> _RECORDS SUPPLIED_
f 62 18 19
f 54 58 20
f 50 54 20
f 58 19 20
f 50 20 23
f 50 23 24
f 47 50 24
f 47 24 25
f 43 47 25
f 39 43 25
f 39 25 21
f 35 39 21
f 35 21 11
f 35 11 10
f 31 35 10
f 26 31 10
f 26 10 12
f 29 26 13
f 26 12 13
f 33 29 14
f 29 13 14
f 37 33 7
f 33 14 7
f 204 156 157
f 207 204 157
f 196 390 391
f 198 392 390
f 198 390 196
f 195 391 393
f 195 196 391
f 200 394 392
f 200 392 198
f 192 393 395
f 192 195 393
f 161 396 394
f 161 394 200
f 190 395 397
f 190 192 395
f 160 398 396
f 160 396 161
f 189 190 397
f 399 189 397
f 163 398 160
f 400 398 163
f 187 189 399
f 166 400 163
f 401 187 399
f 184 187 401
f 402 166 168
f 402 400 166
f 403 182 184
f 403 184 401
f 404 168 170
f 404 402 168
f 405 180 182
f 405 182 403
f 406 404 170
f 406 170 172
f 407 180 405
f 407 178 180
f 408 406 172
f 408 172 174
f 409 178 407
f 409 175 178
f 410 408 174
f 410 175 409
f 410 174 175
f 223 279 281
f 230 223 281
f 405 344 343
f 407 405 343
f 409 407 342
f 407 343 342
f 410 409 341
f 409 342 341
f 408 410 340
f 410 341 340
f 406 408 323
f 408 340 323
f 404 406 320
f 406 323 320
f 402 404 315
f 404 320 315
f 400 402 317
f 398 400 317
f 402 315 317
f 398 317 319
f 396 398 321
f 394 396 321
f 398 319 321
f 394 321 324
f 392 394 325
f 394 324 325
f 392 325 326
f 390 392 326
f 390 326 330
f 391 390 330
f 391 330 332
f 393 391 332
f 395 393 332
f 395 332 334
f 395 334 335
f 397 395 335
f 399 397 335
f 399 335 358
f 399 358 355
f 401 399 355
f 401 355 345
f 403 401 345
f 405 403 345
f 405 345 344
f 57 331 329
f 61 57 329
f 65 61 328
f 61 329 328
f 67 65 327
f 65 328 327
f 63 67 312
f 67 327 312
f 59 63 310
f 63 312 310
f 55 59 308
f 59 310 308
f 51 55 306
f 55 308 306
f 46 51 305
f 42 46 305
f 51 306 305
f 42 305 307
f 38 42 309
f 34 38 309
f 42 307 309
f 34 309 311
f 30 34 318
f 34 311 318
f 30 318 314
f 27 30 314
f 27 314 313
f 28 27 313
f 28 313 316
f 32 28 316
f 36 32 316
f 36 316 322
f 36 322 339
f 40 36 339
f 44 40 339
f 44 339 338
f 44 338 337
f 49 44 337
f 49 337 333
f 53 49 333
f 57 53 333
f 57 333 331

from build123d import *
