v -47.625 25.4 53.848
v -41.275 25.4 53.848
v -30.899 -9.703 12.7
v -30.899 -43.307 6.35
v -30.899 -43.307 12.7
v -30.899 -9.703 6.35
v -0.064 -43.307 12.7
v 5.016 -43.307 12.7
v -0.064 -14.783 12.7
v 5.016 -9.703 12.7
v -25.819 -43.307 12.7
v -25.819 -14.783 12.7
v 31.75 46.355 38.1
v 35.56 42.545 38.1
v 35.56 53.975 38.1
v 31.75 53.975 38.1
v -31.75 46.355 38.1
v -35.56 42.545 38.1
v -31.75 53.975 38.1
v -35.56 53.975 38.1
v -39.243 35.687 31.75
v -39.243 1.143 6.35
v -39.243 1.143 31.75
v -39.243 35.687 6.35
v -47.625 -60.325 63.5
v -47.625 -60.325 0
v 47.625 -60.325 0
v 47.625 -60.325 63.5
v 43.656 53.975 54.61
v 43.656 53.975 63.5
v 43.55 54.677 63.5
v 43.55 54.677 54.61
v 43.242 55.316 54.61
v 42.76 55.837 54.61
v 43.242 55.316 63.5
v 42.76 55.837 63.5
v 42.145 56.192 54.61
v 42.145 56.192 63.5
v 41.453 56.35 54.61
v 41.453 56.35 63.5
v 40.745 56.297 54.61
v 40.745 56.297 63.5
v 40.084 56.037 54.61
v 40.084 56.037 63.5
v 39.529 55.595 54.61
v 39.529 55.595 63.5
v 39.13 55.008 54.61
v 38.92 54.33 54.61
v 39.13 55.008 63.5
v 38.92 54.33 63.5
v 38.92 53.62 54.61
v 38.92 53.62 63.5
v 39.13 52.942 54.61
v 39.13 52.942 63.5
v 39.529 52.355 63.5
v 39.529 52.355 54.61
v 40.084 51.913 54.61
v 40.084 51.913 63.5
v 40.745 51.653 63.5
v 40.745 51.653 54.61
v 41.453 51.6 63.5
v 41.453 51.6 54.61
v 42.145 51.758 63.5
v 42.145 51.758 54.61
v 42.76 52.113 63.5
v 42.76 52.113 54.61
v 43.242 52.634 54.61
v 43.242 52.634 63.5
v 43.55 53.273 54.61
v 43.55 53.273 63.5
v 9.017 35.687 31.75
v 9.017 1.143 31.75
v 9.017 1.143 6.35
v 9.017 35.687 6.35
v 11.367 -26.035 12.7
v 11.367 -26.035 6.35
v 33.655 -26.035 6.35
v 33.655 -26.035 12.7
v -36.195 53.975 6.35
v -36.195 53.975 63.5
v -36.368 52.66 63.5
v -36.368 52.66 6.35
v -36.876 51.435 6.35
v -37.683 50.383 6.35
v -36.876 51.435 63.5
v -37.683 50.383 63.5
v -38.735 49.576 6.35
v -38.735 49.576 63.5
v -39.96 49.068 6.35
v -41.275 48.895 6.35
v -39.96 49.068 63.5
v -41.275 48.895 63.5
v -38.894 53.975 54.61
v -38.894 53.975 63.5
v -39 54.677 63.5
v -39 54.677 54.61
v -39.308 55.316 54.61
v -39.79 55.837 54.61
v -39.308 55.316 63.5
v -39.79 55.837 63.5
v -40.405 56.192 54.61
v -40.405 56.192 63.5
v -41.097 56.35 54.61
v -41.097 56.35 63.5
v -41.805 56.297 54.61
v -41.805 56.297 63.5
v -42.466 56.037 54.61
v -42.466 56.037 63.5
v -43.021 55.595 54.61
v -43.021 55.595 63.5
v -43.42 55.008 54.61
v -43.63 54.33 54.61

> _AIM OF THE EXERCISE_
Going down the listing above, begin printing at the line with "f 404 168 170" and finish with the line with "f 40 36 339", exactly as they appear.

> _ANSWER SPACE_
f 404 168 170
f 404 402 168
f 405 180 182
f 405 182 403
f 406 404 170
f 406 170 172
f 407 180 405
f 407 178 180
f 408 406 172
f 408 172 174
f 409 178 407
f 409 175 178
f 410 408 174
f 410 175 409
f 410 174 175
f 223 279 281
f 230 223 281
f 405 344 343
f 407 405 343
f 409 407 342
f 407 343 342
f 410 409 341
f 409 342 341
f 408 410 340
f 410 341 340
f 406 408 323
f 408 340 323
f 404 406 320
f 406 323 320
f 402 404 315
f 404 320 315
f 400 402 317
f 398 400 317
f 402 315 317
f 398 317 319
f 396 398 321
f 394 396 321
f 398 319 321
f 394 321 324
f 392 394 325
f 394 324 325
f 392 325 326
f 390 392 326
f 390 326 330
f 391 390 330
f 391 330 332
f 393 391 332
f 395 393 332
f 395 332 334
f 395 334 335
f 397 395 335
f 399 397 335
f 399 335 358
f 399 358 355
f 401 399 355
f 401 355 345
f 403 401 345
f 405 403 345
f 405 345 344
f 57 331 329
f 61 57 329
f 65 61 328
f 61 329 328
f 67 65 327
f 65 328 327
f 63 67 312
f 67 327 312
f 59 63 310
f 63 312 310
f 55 59 308
f 59 310 308
f 51 55 306
f 55 308 306
f 46 51 305
f 42 46 305
f 51 306 305
f 42 305 307
f 38 42 309
f 34 38 309
f 42 307 309
f 34 309 311
f 30 34 318
f 34 311 318
f 30 318 314
f 27 30 314
f 27 314 313
f 28 27 313
f 28 313 316
f 32 28 316
f 36 32 316
f 36 316 322
f 36 322 339
f 40 36 339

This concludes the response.